Opus bottoms-out at 6000bps (even when you ask for something smaller like
4000bps):

    
    
        ffmpeg -i tripple.wav -ac 1 -ar 8000 -b:a 4000 -ss 4.9 -t 3 tripple.opus
    

That makes a 3638 byte file. It sounds a lot better than the FMT version, but
it's 1.5x the size and still non-printable.

Speex can apparently go as low as 2000bps:

    
    
        ffmpeg -i tripple.wav -ac 1 -ar 8000 -b:a 2000 -ss 4.9 -t 3 tripple.spx
    

That makes a 1322 byte file, or 1788 after base64, much smaller than FMT, even
after you add the necessary base64|ffplay shell wrapping. But it sounds
significantly worse than FMT (and ffmpeg had clipped off the last few audio
frames).

EDIT: AMR-NB (1999) can drop to 4750bps, and Codec2 (2011) can drop to 450bps,
but my copy of ffmpeg doesn't support encoding into either format.

------
kurtisc
> If the thought of running a huge untrusted shell command full of obviously
> compressed text scares you (like it should)
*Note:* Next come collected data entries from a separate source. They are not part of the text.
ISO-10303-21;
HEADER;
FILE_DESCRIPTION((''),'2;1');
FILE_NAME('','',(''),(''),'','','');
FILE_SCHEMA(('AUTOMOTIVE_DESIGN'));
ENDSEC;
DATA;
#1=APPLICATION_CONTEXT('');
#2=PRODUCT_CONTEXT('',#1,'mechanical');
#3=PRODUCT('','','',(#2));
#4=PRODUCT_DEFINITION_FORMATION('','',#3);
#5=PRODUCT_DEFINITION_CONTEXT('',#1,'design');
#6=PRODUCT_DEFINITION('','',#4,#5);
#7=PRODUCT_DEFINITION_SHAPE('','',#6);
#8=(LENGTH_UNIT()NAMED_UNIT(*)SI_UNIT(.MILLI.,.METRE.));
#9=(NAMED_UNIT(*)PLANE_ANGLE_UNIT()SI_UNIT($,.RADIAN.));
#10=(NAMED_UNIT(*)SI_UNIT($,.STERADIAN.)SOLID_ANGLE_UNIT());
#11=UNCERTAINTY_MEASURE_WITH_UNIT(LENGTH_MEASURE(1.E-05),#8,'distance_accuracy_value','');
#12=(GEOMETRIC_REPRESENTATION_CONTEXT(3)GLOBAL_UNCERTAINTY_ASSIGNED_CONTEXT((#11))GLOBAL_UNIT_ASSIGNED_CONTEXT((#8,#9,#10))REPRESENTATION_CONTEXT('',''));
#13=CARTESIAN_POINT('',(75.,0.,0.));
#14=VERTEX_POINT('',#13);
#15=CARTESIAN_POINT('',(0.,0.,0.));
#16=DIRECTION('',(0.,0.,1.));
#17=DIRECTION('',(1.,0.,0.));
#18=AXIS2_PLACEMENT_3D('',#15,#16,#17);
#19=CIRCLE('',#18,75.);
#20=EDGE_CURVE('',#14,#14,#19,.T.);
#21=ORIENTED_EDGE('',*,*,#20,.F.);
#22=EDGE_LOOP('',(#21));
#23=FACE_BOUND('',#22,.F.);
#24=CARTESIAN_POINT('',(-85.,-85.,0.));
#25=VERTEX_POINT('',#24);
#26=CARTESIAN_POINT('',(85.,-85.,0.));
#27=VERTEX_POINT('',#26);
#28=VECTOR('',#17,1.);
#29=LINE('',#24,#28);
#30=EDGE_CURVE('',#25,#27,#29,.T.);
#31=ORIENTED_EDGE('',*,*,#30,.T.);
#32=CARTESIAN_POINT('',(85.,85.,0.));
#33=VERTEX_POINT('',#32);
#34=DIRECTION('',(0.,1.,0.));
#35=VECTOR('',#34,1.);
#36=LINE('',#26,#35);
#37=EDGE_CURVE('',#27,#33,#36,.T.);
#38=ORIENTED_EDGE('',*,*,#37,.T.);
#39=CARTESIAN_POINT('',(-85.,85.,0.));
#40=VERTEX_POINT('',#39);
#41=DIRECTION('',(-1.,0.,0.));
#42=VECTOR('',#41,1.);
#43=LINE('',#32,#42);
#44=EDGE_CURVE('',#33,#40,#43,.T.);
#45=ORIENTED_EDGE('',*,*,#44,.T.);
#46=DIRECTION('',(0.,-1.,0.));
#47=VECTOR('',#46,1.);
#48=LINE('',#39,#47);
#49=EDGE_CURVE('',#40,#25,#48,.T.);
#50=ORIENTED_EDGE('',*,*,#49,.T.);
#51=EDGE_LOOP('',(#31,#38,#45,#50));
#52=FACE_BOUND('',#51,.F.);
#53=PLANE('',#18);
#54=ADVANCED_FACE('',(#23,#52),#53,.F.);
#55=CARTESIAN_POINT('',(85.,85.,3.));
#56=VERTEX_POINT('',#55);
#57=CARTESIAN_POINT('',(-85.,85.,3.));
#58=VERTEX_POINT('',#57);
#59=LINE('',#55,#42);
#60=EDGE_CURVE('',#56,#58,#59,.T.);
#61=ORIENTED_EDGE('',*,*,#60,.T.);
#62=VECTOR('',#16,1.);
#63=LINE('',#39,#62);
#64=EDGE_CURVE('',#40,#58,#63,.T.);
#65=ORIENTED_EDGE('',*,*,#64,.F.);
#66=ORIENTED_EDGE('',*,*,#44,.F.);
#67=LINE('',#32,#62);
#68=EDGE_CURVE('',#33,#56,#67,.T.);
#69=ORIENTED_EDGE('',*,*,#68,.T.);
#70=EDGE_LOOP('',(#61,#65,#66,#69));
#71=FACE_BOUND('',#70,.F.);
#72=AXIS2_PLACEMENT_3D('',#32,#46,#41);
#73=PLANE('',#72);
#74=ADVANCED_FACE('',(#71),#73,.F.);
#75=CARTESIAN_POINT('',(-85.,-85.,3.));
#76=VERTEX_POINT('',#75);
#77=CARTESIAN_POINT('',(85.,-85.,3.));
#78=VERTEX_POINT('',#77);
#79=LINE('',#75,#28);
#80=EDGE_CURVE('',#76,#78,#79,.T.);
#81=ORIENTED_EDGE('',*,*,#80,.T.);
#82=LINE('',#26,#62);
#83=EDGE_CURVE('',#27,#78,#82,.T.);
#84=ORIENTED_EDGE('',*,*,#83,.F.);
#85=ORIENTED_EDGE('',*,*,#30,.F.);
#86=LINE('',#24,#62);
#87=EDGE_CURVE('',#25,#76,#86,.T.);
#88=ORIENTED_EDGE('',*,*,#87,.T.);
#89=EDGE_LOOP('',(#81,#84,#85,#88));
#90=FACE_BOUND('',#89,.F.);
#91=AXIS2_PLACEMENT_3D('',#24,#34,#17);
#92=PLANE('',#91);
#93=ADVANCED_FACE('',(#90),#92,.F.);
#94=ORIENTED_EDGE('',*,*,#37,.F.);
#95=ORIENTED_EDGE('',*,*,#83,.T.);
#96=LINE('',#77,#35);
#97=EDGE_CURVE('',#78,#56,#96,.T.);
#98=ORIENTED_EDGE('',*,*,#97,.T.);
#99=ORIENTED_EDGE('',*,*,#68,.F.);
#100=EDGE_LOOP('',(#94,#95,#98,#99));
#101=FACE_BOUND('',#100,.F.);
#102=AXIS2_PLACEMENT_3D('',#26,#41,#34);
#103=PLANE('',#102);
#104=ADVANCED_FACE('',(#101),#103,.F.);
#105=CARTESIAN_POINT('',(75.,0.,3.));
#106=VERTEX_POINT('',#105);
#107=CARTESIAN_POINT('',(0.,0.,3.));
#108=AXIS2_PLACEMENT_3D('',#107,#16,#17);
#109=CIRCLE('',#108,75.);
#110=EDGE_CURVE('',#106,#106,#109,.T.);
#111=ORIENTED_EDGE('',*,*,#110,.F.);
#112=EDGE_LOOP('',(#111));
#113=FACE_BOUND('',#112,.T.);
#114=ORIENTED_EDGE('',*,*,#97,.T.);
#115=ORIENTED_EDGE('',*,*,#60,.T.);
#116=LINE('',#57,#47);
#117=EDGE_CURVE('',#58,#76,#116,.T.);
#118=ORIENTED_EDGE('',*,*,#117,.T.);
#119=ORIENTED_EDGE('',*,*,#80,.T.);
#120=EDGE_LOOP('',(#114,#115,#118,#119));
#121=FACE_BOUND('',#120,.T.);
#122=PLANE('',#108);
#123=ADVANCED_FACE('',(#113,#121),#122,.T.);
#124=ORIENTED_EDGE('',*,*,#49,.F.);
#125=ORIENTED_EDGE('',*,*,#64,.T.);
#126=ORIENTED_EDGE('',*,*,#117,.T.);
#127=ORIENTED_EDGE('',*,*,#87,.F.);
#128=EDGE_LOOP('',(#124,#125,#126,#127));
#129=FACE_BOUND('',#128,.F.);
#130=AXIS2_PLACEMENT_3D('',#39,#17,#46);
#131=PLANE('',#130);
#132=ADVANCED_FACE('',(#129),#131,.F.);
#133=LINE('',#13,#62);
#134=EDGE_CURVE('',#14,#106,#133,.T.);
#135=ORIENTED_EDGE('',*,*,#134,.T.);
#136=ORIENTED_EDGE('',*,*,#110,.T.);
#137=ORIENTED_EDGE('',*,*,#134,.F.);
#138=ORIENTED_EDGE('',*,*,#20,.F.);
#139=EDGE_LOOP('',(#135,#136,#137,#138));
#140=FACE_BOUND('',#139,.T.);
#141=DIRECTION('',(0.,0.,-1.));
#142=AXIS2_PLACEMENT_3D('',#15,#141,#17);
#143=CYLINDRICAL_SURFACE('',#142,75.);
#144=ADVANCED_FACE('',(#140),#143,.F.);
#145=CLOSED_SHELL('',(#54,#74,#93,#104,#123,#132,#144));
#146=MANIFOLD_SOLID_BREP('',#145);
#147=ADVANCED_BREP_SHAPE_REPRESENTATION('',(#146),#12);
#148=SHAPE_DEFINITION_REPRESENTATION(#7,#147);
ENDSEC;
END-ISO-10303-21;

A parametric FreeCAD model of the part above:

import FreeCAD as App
import Part
import Sketcher

doc = App.newDocument("Part")
body = doc.addObject("PartDesign::Body", "Body")

# Sketch on XY plane
sketch1 = doc.addObject("Sketcher::SketchObject", "Sketch")
body.addObject(sketch1)
sketch1.AttachmentSupport = (doc.XY_Plane, [""])
sketch1.MapMode = "FlatFace"
sketch1.addGeometry(Part.LineSegment(App.Vector(-85, 85, 0), App.Vector(-85, -85, 0)), False)
sketch1.addGeometry(Part.LineSegment(App.Vector(-85, -85, 0), App.Vector(85, -85, 0)), False)
sketch1.addGeometry(Part.LineSegment(App.Vector(85, -85, 0), App.Vector(85, 85, 0)), False)
sketch1.addGeometry(Part.LineSegment(App.Vector(85, 85, 0), App.Vector(-85, 85, 0)), False)
sketch1.addGeometry(Part.Circle(App.Vector(0, 0, 0), App.Vector(0, 0, 1), 75), False)
sketch1.addConstraint(Sketcher.Constraint("Coincident", 0, 2, 1, 1))
sketch1.addConstraint(Sketcher.Constraint("Coincident", 1, 2, 2, 1))
sketch1.addConstraint(Sketcher.Constraint("Coincident", 2, 2, 3, 1))
sketch1.addConstraint(Sketcher.Constraint("Coincident", 3, 2, 0, 1))
sketch1.addConstraint(Sketcher.Constraint("Vertical", 0))
sketch1.addConstraint(Sketcher.Constraint("Horizontal", 1))
sketch1.addConstraint(Sketcher.Constraint("Vertical", 2))
sketch1.addConstraint(Sketcher.Constraint("Horizontal", 3))
sketch1.addConstraint(Sketcher.Constraint("Coincident", 4, 3, -1, 1))
sketch1.addConstraint(Sketcher.Constraint("Symmetric", 0, 2, 2, 2, -1, 1))
sketch1.addConstraint(Sketcher.Constraint("Equal", 3, 0))
sketch1.addConstraint(Sketcher.Constraint("Diameter", 4, 150.0))
sketch1.addConstraint(Sketcher.Constraint("DistanceX", 1, 1, 1, 2, 170.0))
pad1 = doc.addObject("PartDesign::Pad", "Pad")
body.addObject(pad1)
pad1.Profile = sketch1
pad1.Length = 3

doc.recompute()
If, however, I clone it from GitHub and build it without looking at the
source, it's good to go.

------
newman8r
this is pretty fun. Seems like it's in the same vein as the libraries that let
you convert video to ascii to play in terminal. No real-world use but they're
a nice display of skill and definitely make you smile.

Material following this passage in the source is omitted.